# Aberdeen - nice hotel?



## BJM (Oct 30, 2005)

Hi folks,

I'm looking at taking the G/F away the weekend after valentines day for a weekend in a nice hotel. She's always wanted to see Aberdeen so I thought I'd take her here.

Any locals give me an idea of a nice hotel near the centre and any other places we can visit when up there?

Cheers.


----------



## Canyonroll (May 9, 2006)

Hi. Old or new hotels? Hows your budget. What sort of things do you want to do. i.e. Activities, Architecture, Walks, Historic, Shops etc. 

John


----------



## Clark @ PB (Mar 1, 2006)

If you're feeling flush then the Marcliffe is probably the best. The Man United team stayed there when they were up here a few years ago 

http://www.luxuryscotland.co.uk/directory_members/marcliffe/index.html


----------



## Glider (Jan 10, 2006)

The Elizabethen ( sp) is a very good hotel to take the wife. Not to large and a nice walk to the top end of Union Street.
I'd avoid, the Norwood Hall, Ardoe House, any of the Thistles.
The Patio may be another option for location.


----------



## Clark @ PB (Mar 1, 2006)

the Patio will be acompanied by the sound of boy racers all night though as it's about 50 yards off the main "drag strip" lol


----------



## BJM (Oct 30, 2005)

Thanks for the replies folks, with regards to "Things to do" it will be a bit of walking around seeing the sights (what are they?) and visiting a nice restaurant/pub in the evening.

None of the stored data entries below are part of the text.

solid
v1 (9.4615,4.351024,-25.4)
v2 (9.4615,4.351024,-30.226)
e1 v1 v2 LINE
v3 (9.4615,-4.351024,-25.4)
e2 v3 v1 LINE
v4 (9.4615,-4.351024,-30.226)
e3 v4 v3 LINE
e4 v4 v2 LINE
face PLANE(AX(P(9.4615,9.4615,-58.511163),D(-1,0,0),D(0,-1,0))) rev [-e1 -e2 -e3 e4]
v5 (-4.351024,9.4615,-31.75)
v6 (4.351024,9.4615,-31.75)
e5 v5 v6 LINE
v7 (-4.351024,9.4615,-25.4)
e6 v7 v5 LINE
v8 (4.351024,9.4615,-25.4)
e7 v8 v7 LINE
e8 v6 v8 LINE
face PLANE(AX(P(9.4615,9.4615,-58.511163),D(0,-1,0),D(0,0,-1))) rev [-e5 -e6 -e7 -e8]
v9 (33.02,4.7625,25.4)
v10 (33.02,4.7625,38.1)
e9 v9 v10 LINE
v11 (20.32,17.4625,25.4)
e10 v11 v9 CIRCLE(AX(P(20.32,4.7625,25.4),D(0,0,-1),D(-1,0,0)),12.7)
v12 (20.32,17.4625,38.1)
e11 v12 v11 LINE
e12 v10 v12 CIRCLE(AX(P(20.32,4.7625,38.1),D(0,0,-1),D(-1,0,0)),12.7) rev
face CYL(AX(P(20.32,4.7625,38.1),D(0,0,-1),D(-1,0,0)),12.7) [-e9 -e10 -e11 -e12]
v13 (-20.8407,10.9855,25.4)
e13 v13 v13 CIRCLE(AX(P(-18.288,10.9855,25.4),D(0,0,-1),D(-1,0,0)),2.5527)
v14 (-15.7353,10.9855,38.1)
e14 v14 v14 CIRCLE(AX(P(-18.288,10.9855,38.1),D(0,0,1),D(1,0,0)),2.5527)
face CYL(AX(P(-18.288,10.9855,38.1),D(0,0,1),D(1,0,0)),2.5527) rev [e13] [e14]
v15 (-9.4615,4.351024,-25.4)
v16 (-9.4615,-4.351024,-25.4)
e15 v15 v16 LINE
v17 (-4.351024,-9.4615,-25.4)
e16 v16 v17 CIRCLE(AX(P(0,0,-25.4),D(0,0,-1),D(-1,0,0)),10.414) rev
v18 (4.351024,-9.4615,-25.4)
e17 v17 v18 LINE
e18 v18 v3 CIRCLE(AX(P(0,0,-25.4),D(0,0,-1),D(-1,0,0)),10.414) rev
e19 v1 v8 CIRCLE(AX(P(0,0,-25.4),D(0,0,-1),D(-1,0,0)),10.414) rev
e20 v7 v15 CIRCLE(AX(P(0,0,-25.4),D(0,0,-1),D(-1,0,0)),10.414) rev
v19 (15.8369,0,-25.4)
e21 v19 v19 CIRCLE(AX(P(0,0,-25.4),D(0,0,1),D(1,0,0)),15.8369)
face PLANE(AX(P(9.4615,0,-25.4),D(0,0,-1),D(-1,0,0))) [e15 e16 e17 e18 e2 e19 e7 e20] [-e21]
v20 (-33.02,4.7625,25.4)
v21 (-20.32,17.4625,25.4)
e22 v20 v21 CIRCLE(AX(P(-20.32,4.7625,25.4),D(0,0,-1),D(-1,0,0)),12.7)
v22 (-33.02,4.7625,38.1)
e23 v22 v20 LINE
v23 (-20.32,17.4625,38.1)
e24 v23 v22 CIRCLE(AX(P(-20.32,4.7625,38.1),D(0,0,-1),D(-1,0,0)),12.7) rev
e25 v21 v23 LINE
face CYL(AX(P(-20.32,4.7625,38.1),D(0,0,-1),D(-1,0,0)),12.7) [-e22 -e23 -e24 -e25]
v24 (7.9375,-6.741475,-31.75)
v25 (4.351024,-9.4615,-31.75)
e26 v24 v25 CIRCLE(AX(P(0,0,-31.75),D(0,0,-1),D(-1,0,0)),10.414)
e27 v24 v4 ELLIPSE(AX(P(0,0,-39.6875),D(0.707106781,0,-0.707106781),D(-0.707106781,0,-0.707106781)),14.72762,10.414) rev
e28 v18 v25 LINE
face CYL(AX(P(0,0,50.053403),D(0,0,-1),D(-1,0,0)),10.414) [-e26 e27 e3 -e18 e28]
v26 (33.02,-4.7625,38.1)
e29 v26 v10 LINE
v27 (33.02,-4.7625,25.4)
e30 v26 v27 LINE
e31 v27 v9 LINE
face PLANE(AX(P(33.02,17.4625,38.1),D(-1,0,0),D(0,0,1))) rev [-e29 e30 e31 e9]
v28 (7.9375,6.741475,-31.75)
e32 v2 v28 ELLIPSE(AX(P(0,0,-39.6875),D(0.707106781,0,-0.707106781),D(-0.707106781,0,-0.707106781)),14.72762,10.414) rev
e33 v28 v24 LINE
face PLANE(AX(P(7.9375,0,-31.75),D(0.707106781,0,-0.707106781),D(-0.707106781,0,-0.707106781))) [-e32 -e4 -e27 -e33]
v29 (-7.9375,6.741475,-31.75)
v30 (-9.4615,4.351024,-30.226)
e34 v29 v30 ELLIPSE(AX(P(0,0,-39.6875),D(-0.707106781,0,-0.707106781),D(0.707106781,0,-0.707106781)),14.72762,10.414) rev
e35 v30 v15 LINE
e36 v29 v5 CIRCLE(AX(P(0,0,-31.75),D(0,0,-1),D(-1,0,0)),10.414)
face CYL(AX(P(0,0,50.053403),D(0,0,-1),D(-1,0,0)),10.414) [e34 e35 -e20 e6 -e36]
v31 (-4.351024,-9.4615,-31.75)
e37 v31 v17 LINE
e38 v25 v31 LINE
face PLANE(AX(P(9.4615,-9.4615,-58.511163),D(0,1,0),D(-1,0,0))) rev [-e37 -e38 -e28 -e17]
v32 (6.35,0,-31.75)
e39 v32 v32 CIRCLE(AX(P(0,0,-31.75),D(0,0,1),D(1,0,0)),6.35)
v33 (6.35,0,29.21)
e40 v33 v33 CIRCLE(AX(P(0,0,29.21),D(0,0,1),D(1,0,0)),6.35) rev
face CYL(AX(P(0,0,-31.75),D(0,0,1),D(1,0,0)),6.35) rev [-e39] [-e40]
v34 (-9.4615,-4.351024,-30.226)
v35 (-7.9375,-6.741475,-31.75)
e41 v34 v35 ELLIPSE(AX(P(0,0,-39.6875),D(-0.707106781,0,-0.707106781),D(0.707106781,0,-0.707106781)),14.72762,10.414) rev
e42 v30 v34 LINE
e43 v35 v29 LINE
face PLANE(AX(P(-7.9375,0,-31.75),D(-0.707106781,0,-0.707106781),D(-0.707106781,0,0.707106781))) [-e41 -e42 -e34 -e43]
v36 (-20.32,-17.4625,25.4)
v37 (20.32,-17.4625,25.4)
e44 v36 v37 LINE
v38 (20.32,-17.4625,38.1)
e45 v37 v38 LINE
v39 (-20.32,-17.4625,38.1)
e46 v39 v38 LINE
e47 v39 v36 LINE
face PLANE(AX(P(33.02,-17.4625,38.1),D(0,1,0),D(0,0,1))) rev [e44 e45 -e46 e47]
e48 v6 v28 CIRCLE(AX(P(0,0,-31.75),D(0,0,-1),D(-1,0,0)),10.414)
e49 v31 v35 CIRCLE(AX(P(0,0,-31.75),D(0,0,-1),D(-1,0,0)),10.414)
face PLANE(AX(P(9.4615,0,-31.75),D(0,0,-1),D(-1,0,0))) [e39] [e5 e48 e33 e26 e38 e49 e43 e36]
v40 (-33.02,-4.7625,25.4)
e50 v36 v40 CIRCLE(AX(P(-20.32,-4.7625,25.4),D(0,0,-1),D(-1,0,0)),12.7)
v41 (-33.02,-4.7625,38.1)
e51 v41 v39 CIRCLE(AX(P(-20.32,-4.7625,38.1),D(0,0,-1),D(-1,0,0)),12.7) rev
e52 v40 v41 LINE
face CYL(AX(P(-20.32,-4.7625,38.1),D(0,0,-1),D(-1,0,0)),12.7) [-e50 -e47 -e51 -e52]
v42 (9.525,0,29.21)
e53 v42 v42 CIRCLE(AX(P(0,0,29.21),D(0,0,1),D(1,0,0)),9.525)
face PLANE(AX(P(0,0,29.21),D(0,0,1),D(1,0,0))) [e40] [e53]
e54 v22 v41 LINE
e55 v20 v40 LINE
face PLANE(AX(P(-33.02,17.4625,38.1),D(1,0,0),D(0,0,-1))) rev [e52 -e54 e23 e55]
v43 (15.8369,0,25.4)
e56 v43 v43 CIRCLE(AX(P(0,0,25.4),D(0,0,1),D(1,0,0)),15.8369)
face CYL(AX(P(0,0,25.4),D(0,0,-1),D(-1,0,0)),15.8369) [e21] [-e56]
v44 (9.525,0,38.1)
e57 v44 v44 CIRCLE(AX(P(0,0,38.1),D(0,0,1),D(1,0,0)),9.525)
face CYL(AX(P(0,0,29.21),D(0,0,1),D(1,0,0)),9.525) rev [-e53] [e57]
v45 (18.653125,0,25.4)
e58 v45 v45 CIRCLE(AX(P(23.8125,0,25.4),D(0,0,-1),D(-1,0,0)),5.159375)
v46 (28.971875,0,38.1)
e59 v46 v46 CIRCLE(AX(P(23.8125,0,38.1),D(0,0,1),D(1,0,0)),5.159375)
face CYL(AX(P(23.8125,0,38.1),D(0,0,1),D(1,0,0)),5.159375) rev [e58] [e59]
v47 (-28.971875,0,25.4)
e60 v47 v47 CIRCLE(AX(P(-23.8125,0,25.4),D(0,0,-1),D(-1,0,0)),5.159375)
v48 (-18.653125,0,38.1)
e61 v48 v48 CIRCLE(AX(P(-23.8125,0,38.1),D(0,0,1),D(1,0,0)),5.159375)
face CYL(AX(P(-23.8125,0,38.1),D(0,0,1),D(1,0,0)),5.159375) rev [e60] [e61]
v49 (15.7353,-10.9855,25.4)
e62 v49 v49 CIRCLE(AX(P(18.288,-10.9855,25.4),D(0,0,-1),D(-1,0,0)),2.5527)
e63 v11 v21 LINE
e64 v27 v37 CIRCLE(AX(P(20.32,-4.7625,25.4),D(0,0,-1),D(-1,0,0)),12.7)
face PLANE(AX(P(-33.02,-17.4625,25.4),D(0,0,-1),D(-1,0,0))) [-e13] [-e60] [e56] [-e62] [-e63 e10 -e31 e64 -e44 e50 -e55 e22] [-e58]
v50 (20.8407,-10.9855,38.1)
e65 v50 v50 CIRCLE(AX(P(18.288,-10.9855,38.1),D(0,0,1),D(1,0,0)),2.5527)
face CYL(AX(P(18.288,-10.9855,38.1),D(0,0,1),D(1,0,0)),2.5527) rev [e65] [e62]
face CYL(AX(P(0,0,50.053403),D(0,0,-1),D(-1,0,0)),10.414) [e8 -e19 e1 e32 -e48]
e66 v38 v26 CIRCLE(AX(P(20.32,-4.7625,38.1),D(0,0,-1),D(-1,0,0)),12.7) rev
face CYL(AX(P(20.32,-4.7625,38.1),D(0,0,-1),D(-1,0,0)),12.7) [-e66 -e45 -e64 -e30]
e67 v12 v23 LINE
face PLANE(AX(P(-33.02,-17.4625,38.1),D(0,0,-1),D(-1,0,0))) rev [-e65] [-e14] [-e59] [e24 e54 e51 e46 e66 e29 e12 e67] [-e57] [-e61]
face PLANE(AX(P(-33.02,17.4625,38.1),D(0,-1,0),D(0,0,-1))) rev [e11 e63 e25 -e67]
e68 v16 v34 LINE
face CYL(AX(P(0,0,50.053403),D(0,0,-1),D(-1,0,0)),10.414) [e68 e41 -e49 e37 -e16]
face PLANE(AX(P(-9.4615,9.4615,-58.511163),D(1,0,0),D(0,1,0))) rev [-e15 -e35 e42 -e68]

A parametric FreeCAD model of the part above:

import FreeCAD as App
import Part
import Sketcher
from FreeCAD import Vector
Q = App.Units.Quantity


def edges_at(feature, points):
    """Names of the edges that pass closest to the given points."""
    edges = feature.Shape.Edges
    near = lambda p: min(range(len(edges)), key=lambda i: edges[i].distToShape(Part.Vertex(*p))[0])
    return sorted({f"Edge{near(p) + 1}" for p in points})


def add_polygon(sketch, points):
    """Adds a closed chain of lines whose ends are joined by coincident constraints."""
    first, n = sketch.GeometryCount, len(points)
    for a, b in zip(points, points[1:] + points[:1]):
        sketch.addGeometry(Part.LineSegment(App.Vector(*a, 0), App.Vector(*b, 0)), False)
    for i in range(n):
        sketch.addConstraint(Sketcher.Constraint("Coincident", first + i, 2, first + (i + 1) % n, 1))

doc = App.newDocument("Part")
body = doc.addObject("PartDesign::Body", "Body")

# Sketch on XY plane
sketch1 = doc.addObject("Sketcher::SketchObject", "Sketch")
body.addObject(sketch1)
sketch1.AttachmentSupport = (doc.XY_Plane, [""])
sketch1.MapMode = "FlatFace"
sketch1.addGeometry(Part.Circle(Vector(0, 0, 0), Vector(0, 0, 1), 15.8369), False)
sketch1.addConstraint(Sketcher.Constraint("Coincident", 0, 3, -1, 1))
sketch1.addConstraint(Sketcher.Constraint("Diameter", 0, Q("1.247 in")))
pad1 = doc.addObject("PartDesign::Pad", "Pad")
body.addObject(pad1)
pad1.Profile = sketch1
pad1.Length = Q("1 in")

# Sketch on XY plane
sketch2 = doc.addObject("Sketcher::SketchObject", "Sketch001")
body.addObject(sketch2)
sketch2.AttachmentSupport = (doc.XY_Plane, [""])
sketch2.MapMode = "FlatFace"
sketch2.AttachmentOffset = App.Placement(Vector(0, 0, 1 * 25.4), App.Rotation())
add_polygon(sketch2, [(-33.02, 17.4625), (-33.02, -17.4625), (33.02, -17.4625), (33.02, 17.4625)])  # lines 0-3
sketch2.addConstraint(Sketcher.Constraint("Vertical", 0))
sketch2.addConstraint(Sketcher.Constraint("Horizontal", 1))
sketch2.addConstraint(Sketcher.Constraint("Vertical", 2))
sketch2.addConstraint(Sketcher.Constraint("Horizontal", 3))
sketch2.addConstraint(Sketcher.Constraint("Symmetric", 0, 2, 2, 2, -1, 1))
sketch2.addConstraint(Sketcher.Constraint("DistanceX", 1, 1, 1, 2, Q("2.6 in")))
sketch2.addConstraint(Sketcher.Constraint("DistanceY", 0, 2, 0, 1, Q("1.375 in")))
pad2 = doc.addObject("PartDesign::Pad", "Pad001")
body.addObject(pad2)
pad2.Profile = sketch2
pad2.Length = Q("0.5 in")

# Sketch on XZ plane
sketch3 = doc.addObject("Sketcher::SketchObject", "Sketch002")
body.addObject(sketch3)
sketch3.AttachmentSupport = (doc.XZ_Plane, [""])
sketch3.MapMode = "FlatFace"
add_polygon(sketch3, [(0, -31.75), (0, 0), (15.8369, 0), (15.8369, -25.4), (9.4615, -25.4), (9.4615, -31.75)])  # lines 0-5
sketch3.addConstraint(Sketcher.Constraint("Vertical", 0))
sketch3.addConstraint(Sketcher.Constraint("Horizontal", 1))
sketch3.addConstraint(Sketcher.Constraint("Vertical", 2))
sketch3.addConstraint(Sketcher.Constraint("Horizontal", 3))
sketch3.addConstraint(Sketcher.Constraint("Vertical", 4))
sketch3.addConstraint(Sketcher.Constraint("Horizontal", 5))
sketch3.addConstraint(Sketcher.Constraint("Coincident", 0, 2, -1, 1))
sketch3.addConstraint(Sketcher.Constraint("DistanceY", 2, 2, 2, 1, Q("1 in")))
sketch3.addConstraint(Sketcher.Constraint("DistanceY", 0, 1, 0, 2, Q("1.25 in")))
sketch3.addConstraint(Sketcher.Constraint("DistanceX", 3, 2, 3, 1, Q("0.251 in")))
sketch3.addConstraint(Sketcher.Constraint("DistanceX", 1, 1, 1, 2, Q("0.6235 in")))
revolution = doc.addObject("PartDesign::Revolution", "Revolution")
body.addObject(revolution)
revolution.Profile = sketch3
revolution.ReferenceAxis = (sketch3, ["V_Axis"])
revolution.Angle = 360

# Sketch on XY plane
sketch4 = doc.addObject("Sketcher::SketchObject", "Sketch003")
body.addObject(sketch4)
sketch4.AttachmentSupport = (doc.XY_Plane, [""])
sketch4.MapMode = "FlatFace"
sketch4.AttachmentOffset = App.Placement(Vector(0, 0, 1.5 * 25.4), App.Rotation())
sketch4.addGeometry(Part.Circle(Vector(0, 0, 0), Vector(0, 0, 1), 6.35), False)
sketch4.addConstraint(Sketcher.Constraint("Coincident", 0, 3, -1, 1))
sketch4.addConstraint(Sketcher.Constraint("Diameter", 0, Q("0.5 in")))
pocket1 = doc.addObject("PartDesign::Pocket", "Pocket")
body.addObject(pocket1)
pocket1.Profile = sketch4
pocket1.Type = "ThroughAll"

Budget is around 100 - 150 for the night (or 2 if I can squeeze that in). 

I'll have a wee search now for the ones suggested now,

Cheers.


----------



## BJM (Oct 30, 2005)

Oh and one other thing - any ideas of what postcode I want to stay in to be near to the pubs/restaurants?

Cheers again.


----------



## donnyboy (Oct 27, 2005)

I know you said Aberdeen, but this place is good. Check out the rooms, views and menu.:thumb:

http://www.hollytreehotel.co.uk/


----------



## Clark @ PB (Mar 1, 2006)

BJM said:


> Oh and one other thing - any ideas of what postcode I want to stay in to be near to the pubs/restaurants?
> 
> Cheers again.


AB11 6DA

Thats the Post code of a place (chicago Rock) on Union Street, which is pretty much bang in the centre of Aberdeen and where all the clubs/pubs/restaurants are etc


----------



## BJM (Oct 30, 2005)

donnyboy said:


> I know you said Aberdeen, but this place is good. Check out the rooms, views and menu.:thumb:
> 
> http://www.hollytreehotel.co.uk/


Looks good mate, however the Mrs has been wanting to go to Aberdeen for years! I may need to treat her there for her birthday, a bit of chill out time!



Clark said:


> AB11 6DA
> 
> Thats the Post code of a place (chicago Rock) on Union Street, which is pretty much bang in the centre of Aberdeen and where all the clubs/pubs/restaurants are etc


Thanks for that mate, what is the nightlife like? Don't think we'd be up for clubbing but certainly up for a few beers in a lively pub!


----------



## Clark @ PB (Mar 1, 2006)

The likes of Yates is good on Justicemill lane, or the Justice Mill.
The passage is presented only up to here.